Шамиль не собирался сидеть сиднем в осаде. Он отправил своих людей поднимать народ со всего Дагестана. Ахверды-Магому — в Богулял. Сурхая — в Ихали. Галбаца — в Андию. Порядка восьми тысяч горцев уже подходило к Чиркату. На глазах разочарованных урусов на левый берег Койсу, напротив Ахульго, ежедневно прибывали караваны с порохом, провизией и пополнениями. Прорубив в отвесном скате утеса ступеньки, осажденные устроили связь с противоположным берегом. Могли отправлять из крепости раненых и больных.

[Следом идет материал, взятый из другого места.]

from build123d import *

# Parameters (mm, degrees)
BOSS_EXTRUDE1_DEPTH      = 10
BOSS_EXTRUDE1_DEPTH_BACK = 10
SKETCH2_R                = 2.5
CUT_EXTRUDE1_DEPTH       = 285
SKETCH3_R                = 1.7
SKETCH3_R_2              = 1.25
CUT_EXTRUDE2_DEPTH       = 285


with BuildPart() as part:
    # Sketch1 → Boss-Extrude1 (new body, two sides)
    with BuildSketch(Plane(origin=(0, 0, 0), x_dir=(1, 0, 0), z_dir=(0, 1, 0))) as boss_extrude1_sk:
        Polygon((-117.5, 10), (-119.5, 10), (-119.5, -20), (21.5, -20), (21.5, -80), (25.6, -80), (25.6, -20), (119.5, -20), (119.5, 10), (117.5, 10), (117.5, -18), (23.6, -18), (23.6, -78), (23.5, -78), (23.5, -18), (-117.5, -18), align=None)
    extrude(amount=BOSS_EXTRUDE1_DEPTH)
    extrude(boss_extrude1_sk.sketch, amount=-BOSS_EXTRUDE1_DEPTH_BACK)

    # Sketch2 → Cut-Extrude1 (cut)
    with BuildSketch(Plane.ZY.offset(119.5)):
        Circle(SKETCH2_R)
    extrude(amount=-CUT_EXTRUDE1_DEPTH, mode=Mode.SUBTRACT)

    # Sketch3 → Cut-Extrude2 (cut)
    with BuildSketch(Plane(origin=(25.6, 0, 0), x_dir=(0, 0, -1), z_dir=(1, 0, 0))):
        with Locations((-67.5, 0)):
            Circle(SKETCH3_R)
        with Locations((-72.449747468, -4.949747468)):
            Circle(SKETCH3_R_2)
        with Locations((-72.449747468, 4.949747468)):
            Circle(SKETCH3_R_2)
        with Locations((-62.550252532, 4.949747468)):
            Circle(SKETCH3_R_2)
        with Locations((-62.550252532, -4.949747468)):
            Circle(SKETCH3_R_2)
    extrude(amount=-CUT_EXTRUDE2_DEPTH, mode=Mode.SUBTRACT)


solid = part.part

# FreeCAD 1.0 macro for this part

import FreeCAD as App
import Part
import Sketcher

V = App.Vector


def add_polygon(sketch, points):
    """Adds a closed chain of lines whose ends are joined by coincident constraints."""
    first, n = sketch.GeometryCount, len(points)
    for a, b in zip(points, points[1:] + points[:1]):
        sketch.addGeometry(Part.LineSegment(App.Vector(*a, 0), App.Vector(*b, 0)), False)
    for i in range(n):
        sketch.addConstraint(Sketcher.Constraint("Coincident", first + i, 2, first + (i + 1) % n, 1))

doc = App.newDocument("Part")
params = doc.addObject("Spreadsheet::Sheet", "Params")
for row, (alias, value) in enumerate([
    ("sketch1_width", "2 mm"),
    ("sketch1_width2", "141 mm"),
    ("sketch1_height", "30 mm"),
    ("sketch1_height2", "60 mm"),
    ("sketch1_height3", "28 mm"),
    ("pad1_length", "10 mm"),
    ("pad1_length2", "10 mm"),
    ("sketch2_diameter", "5 mm"),
    ("pocket1_length", "285 mm"),
    ("sketch3_diameter", "3.4 mm"),
    ("sketch3_diameter2", "2.5 mm"),
    ("pocket2_length", "285 mm"),
], start=1):
    params.set(f"A{row}", alias)
    params.set(f"B{row}", "=" + value)
    params.setAlias(f"B{row}", alias)

body = doc.addObject("PartDesign::Body", "Body")

# Sketch on XZ plane
sketch1 = body.newObject("Sketcher::SketchObject", "Sketch")
sketch1.AttachmentSupport = (doc.getObject("XZ_Plane"), [""])
sketch1.MapMode = "FlatFace"
add_polygon(sketch1, [(-117.5, -10), (-119.5, -10), (-119.5, 20), (21.5, 20), (21.5, 80), (25.6, 80), (25.6, 20), (119.5, 20), (119.5, -10), (117.5, -10), (117.5, 18), (23.6, 18), (23.6, 78), (23.5, 78), (23.5, 18), (-117.5, 18)])  # lines 0-15
sketch1.addConstraint([
    Sketcher.Constraint("Horizontal", 0),
    Sketcher.Constraint("Vertical", 1),
    Sketcher.Constraint("Horizontal", 2),
    Sketcher.Constraint("Vertical", 3),
    Sketcher.Constraint("Horizontal", 4),
    Sketcher.Constraint("Vertical", 5),
    Sketcher.Constraint("Horizontal", 6),
    Sketcher.Constraint("Vertical", 7),
    Sketcher.Constraint("Horizontal", 8),
    Sketcher.Constraint("Vertical", 9),
    Sketcher.Constraint("Horizontal", 10),
    Sketcher.Constraint("Vertical", 11),
    Sketcher.Constraint("Horizontal", 12),
    Sketcher.Constraint("Vertical", 13),
    Sketcher.Constraint("Horizontal", 14),
    Sketcher.Constraint("Vertical", 15),
    Sketcher.Constraint("Symmetric", 1, 2, 6, 2, -2),
    Sketcher.Constraint("Symmetric", 9, 2, 14, 2, -2),
    Sketcher.Constraint("Horizontal", 0, 2, 7, 2),
    Sketcher.Constraint("Equal", 6, 10),
    Sketcher.Constraint("Equal", 2, 14),
    Sketcher.Constraint("Equal", 5, 11),
    Sketcher.Constraint("DistanceX", 0, 2, 0, 1, 2.0),
    Sketcher.Constraint("DistanceX", 2, 1, 2, 2, 141.0),
    Sketcher.Constraint("DistanceY", 1, 1, 1, 2, 30.0),
    Sketcher.Constraint("DistanceY", 3, 1, 3, 2, 60.0),
    Sketcher.Constraint("DistanceY", 9, 1, 9, 2, 28.0),
    Sketcher.Constraint("DistanceX", 4, 1, 4, 2, 4.1),
    Sketcher.Constraint("DistanceX", 6, 1, 6, 2, 93.9),
    Sketcher.Constraint("DistanceY", 0, 2, -1, 1, 10.0),
])
sketch1.setExpression("Constraints[38]", "Params.sketch1_width")
sketch1.setExpression("Constraints[39]", "Params.sketch1_width2")
sketch1.setExpression("Constraints[40]", "Params.sketch1_height")
sketch1.setExpression("Constraints[41]", "Params.sketch1_height2")
sketch1.setExpression("Constraints[42]", "Params.sketch1_height3")
pad1 = body.newObject("PartDesign::Pad", "Pad")
pad1.Profile = sketch1
pad1.Type = "TwoLengths"
pad1.setExpression("Length", "Params.pad1_length")
pad1.setExpression("Length2", "Params.pad1_length2")
pad1.Reversed = True

# Sketch on YZ plane
sketch2 = body.newObject("Sketcher::SketchObject", "Sketch001")
sketch2.AttachmentSupport = (doc.getObject("YZ_Plane"), [""])
sketch2.MapMode = "FlatFace"
sketch2.AttachmentOffset = App.Placement(V(0, 0, -119.5), App.Rotation())
sketch2.addGeometry(Part.Circle(V(0, 0, 0), V(0, 0, 1), 2.5), False)
sketch2.addConstraint([
    Sketcher.Constraint("Coincident", 0, 3, -1, 1),
    Sketcher.Constraint("Diameter", 0, 5.0),
])
sketch2.setExpression("Constraints[1]", "Params.sketch2_diameter")
pocket1 = body.newObject("PartDesign::Pocket", "Pocket")
pocket1.Profile = sketch2
pocket1.setExpression("Length", "Params.pocket1_length")
pocket1.Reversed = True

# Sketch on YZ plane
sketch3 = body.newObject("Sketcher::SketchObject", "Sketch002")
sketch3.AttachmentSupport = (doc.getObject("YZ_Plane"), [""])
sketch3.MapMode = "FlatFace"
sketch3.AttachmentOffset = App.Placement(V(0, 0, 25.6), App.Rotation())
sketch3.addGeometry([
    Part.Circle(V(0, 67.5, 0), V(0, 0, 1), 1.7),  # 0
    Part.Circle(V(-4.9, 72.4, 0), V(0, 0, 1), 1.2),  # 1
    Part.Circle(V(4.9, 72.4, 0), V(0, 0, 1), 1.2),  # 2
    Part.Circle(V(4.9, 62.6, 0), V(0, 0, 1), 1.2),  # 3
    Part.Circle(V(-4.9, 62.6, 0), V(0, 0, 1), 1.2),  # 4
], False)
sketch3.addConstraint([
    Sketcher.Constraint("Equal", 1, 2),
    Sketcher.Constraint("Equal", 2, 3),
    Sketcher.Constraint("Equal", 3, 4),
    Sketcher.Constraint("Symmetric", 1, 3, 2, 3, -2),
    Sketcher.Constraint("Symmetric", 3, 3, 4, 3, -2),
    Sketcher.Constraint("PointOnObject", 0, 3, -2),
    Sketcher.Constraint("Vertical", 2, 3, 3, 3),
    Sketcher.Constraint("Diameter", 0, 3.4),
    Sketcher.Constraint("Diameter", 1, 2.5),
    Sketcher.Constraint("DistanceY", -1, 1, 0, 3, 67.5),
    Sketcher.Constraint("DistanceX", 1, 3, -1, 1, 4.949747),
    Sketcher.Constraint("DistanceY", -1, 1, 1, 3, 72.449747),
    Sketcher.Constraint("DistanceY", -1, 1, 3, 3, 62.550253),
])
sketch3.setExpression("Constraints[7]", "Params.sketch3_diameter")
sketch3.setExpression("Constraints[8]", "Params.sketch3_diameter2")
pocket2 = body.newObject("PartDesign::Pocket", "Pocket001")
pocket2.Profile = sketch3
pocket2.setExpression("Length", "Params.pocket2_length")

doc.recompute()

Осажденные? Нет, скорее в осаде оказались сами русские. Шамиль мог без труда уйти, но не хотел бросать такую великолепную позицию. Пускай урусы долбят камень, подбираясь поближе к крепости. Меткие выстрелы мюридов каждый час забирают жизнь глупых солдат, неосторожно высунувших голову из-за камней. Недалек тот час, когда Ахверды-Магома обложит осаждавших и они сами превратятся в осажденных.
— Господа! Мы словно присутствуем при осаде Алезии, когда Цезарь сражался с Верцингеториксом. Еще немного, и нам придется создать помимо контрвалационной линии еще и циркумвалационную[1]. Складывается впечатление, что Граббе наплевать на осаду! — убеждал коллег офицер Генерального штаба, поручик Милютин.